● **Description of the task**:
Copy every line of the records below where the word "offset" occurs.

● **Records to use**:
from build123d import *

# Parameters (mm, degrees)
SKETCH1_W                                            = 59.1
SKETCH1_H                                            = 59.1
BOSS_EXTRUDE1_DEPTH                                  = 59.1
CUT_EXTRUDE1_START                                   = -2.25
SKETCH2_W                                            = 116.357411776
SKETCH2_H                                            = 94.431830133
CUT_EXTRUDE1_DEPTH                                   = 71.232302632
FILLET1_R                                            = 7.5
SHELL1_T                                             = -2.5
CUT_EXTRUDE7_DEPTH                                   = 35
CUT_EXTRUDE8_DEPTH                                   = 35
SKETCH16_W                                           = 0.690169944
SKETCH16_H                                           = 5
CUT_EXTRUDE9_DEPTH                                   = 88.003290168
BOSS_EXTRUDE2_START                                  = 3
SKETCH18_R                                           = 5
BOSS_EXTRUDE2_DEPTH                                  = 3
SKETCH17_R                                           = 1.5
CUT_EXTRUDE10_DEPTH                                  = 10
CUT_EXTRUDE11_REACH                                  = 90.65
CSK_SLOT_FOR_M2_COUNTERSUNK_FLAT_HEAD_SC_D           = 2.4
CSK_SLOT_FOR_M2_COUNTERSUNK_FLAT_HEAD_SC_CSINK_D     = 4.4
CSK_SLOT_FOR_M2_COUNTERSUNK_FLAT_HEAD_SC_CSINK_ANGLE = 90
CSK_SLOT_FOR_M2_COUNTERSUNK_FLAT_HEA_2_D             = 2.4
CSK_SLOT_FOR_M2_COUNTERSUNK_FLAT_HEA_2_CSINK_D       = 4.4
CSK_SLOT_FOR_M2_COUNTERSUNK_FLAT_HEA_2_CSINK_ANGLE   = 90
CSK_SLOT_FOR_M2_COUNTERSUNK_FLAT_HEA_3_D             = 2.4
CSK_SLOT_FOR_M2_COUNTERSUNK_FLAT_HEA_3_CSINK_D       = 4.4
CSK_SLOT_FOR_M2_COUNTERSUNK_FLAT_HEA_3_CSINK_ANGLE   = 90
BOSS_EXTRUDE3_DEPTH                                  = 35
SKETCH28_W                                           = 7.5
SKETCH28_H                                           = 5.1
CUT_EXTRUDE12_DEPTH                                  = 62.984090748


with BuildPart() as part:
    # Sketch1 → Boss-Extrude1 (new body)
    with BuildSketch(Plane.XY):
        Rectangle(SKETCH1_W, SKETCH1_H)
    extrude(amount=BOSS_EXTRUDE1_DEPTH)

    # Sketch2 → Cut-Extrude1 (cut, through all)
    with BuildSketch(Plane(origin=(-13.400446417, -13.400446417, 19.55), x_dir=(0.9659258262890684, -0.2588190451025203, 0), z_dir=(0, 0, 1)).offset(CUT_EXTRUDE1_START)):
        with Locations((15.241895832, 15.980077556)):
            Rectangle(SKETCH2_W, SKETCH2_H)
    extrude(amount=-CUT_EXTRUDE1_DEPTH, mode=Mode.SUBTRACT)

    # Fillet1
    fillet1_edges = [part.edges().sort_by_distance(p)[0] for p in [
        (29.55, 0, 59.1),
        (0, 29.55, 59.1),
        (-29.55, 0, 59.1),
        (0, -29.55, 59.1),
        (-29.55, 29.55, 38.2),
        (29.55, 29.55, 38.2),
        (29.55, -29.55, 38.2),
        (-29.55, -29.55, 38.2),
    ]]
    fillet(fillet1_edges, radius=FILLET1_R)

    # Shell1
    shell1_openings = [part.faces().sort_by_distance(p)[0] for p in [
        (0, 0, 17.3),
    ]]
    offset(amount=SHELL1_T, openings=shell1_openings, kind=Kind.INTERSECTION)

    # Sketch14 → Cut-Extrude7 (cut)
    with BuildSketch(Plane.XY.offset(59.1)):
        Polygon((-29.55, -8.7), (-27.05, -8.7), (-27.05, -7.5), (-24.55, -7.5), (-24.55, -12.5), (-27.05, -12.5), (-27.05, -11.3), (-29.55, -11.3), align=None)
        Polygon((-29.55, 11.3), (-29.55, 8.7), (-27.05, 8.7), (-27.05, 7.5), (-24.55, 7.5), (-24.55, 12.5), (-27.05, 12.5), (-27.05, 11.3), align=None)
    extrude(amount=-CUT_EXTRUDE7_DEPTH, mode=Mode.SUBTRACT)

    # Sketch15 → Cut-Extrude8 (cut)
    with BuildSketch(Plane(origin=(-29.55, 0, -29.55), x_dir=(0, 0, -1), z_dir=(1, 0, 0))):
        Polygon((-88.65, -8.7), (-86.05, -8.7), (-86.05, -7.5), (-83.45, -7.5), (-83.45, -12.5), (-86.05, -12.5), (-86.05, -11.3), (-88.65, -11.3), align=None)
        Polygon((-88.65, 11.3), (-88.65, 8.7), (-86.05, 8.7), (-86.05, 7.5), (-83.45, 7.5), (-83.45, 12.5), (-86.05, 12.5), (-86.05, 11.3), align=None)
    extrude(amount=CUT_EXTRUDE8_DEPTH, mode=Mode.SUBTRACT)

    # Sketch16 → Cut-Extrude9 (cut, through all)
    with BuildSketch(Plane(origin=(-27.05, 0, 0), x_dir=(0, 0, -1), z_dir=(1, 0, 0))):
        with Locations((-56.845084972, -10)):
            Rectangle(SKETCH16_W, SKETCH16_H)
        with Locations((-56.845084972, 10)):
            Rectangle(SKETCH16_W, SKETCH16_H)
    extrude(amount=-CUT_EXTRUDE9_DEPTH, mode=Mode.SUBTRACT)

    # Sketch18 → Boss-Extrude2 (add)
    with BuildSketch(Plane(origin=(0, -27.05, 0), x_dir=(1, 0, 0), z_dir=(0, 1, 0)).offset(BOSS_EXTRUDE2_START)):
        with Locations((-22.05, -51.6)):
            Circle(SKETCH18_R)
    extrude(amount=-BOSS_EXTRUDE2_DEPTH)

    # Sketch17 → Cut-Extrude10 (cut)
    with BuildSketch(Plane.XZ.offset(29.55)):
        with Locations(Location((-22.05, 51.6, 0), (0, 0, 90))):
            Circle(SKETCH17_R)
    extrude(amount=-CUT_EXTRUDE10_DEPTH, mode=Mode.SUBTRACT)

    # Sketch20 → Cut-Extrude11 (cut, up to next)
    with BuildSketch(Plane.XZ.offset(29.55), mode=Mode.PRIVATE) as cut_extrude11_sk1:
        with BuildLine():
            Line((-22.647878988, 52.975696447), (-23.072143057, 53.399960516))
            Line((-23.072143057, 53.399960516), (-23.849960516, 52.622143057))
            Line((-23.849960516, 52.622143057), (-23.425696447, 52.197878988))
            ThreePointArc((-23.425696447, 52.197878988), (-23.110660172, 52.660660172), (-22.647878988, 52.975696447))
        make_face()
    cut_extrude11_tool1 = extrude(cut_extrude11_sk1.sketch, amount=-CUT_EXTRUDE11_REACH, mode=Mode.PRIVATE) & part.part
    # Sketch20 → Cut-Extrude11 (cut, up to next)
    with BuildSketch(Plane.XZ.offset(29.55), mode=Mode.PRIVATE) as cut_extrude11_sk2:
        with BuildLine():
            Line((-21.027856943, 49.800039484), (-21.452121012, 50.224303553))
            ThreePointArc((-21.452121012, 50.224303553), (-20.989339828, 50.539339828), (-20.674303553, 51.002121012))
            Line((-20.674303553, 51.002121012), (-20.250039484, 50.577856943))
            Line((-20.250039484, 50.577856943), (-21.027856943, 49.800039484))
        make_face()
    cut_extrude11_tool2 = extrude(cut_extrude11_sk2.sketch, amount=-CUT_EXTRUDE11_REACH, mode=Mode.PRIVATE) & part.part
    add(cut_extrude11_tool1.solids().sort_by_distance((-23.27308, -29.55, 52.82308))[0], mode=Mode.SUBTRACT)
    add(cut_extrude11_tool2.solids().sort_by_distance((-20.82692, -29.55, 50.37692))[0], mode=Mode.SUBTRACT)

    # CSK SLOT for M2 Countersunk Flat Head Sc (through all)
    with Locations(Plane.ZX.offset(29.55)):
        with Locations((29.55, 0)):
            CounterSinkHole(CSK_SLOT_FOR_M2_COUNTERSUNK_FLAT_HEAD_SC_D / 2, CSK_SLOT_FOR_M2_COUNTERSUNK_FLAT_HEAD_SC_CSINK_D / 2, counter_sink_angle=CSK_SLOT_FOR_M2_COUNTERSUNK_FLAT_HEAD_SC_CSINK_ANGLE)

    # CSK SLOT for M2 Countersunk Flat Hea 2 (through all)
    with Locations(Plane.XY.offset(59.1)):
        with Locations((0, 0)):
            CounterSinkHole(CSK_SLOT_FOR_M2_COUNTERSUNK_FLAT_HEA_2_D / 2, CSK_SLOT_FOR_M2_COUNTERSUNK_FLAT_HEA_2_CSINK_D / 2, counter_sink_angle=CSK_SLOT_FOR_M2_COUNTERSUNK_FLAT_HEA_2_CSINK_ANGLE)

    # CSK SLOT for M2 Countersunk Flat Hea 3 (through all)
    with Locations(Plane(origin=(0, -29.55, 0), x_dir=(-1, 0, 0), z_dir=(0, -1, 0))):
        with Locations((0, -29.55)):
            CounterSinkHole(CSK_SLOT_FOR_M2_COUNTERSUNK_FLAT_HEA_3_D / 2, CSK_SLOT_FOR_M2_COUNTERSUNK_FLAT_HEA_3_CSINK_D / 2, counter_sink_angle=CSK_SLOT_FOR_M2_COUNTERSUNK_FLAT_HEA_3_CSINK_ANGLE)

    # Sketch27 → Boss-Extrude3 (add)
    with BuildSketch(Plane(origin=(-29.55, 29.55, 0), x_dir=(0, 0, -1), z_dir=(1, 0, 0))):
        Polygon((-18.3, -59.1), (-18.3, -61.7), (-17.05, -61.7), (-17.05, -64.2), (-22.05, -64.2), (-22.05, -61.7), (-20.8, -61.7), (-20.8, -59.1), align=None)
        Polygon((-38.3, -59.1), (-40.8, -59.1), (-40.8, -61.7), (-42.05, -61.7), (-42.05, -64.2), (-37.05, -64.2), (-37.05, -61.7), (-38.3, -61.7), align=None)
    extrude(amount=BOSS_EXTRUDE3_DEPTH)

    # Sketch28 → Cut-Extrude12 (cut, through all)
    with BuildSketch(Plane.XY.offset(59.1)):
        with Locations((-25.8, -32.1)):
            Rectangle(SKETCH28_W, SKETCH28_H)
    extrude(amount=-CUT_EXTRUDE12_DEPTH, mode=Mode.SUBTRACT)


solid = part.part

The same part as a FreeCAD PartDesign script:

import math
import FreeCAD as App
import Part
import Sketcher
from FreeCAD import Vector
Q = App.Units.Quantity


def edges_at(feature, points):
    """Names of the edges that pass closest to the given points."""
    edges = feature.Shape.Edges
    near = lambda p: min(range(len(edges)), key=lambda i: edges[i].distToShape(Part.Vertex(*p))[0])
    return sorted({f"Edge{near(p) + 1}" for p in points})


def faces_at(feature, points):
    """Names of the faces that lie closest to the given points."""
    faces = feature.Shape.Faces
    near = lambda p: min(range(len(faces)), key=lambda i: faces[i].distToShape(Part.Vertex(*p))[0])
    return sorted({f"Face{near(p) + 1}" for p in points})

doc = App.newDocument("Part")
body = doc.addObject("PartDesign::Body", "Body")

sketch1 = body.newObject("Sketcher::SketchObject", "Sketch")
sketch1.AttachmentSupport = (doc.getObject("XY_Plane"), [""])
sketch1.MapMode = "FlatFace"
sketch1.addGeometry([
    Part.LineSegment(Vector(-30, 30, 0), Vector(-30, -30, 0)),
    Part.LineSegment(Vector(-30, -30, 0), Vector(30, -30, 0)),
    Part.LineSegment(Vector(30, -30, 0), Vector(30, 30, 0)),
    Part.LineSegment(Vector(30, 30, 0), Vector(-30, 30, 0)),
], False)
sketch1.addConstraint([
    Sketcher.Constraint("Coincident", 0, 2, 1, 1),
    Sketcher.Constraint("Coincident", 1, 2, 2, 1),
    Sketcher.Constraint("Coincident", 2, 2, 3, 1),
    Sketcher.Constraint("Coincident", 3, 2, 0, 1),
    Sketcher.Constraint("Vertical", 0),
    Sketcher.Constraint("Horizontal", 1),
    Sketcher.Constraint("Vertical", 2),
    Sketcher.Constraint("Horizontal", 3),
    Sketcher.Constraint("Symmetric", 0, 2, 2, 2, -1, 1),
    Sketcher.Constraint("Equal", 3, 0),
    Sketcher.Constraint("DistanceX", 1, 1, 1, 2, 59.1),
])
pad1 = body.newObject("PartDesign::Pad", "Pad")
pad1.Profile = sketch1
pad1.Length = 59.1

● **Expected output**:
    with BuildSketch(Plane(origin=(-13.400446417, -13.400446417, 19.55), x_dir=(0.9659258262890684, -0.2588190451025203, 0), z_dir=(0, 0, 1)).offset(CUT_EXTRUDE1_START)):
    offset(amount=SHELL1_T, openings=shell1_openings, kind=Kind.INTERSECTION)
    with BuildSketch(Plane.XY.offset(59.1)):
    with BuildSketch(Plane(origin=(0, -27.05, 0), x_dir=(1, 0, 0), z_dir=(0, 1, 0)).offset(BOSS_EXTRUDE2_START)):
    with BuildSketch(Plane.XZ.offset(29.55)):
    with BuildSketch(Plane.XZ.offset(29.55), mode=Mode.PRIVATE) as cut_extrude11_sk1:
    with BuildSketch(Plane.XZ.offset(29.55), mode=Mode.PRIVATE) as cut_extrude11_sk2:
    with Locations(Plane.ZX.offset(29.55)):
    with Locations(Plane.XY.offset(59.1)):
    with BuildSketch(Plane.XY.offset(59.1)):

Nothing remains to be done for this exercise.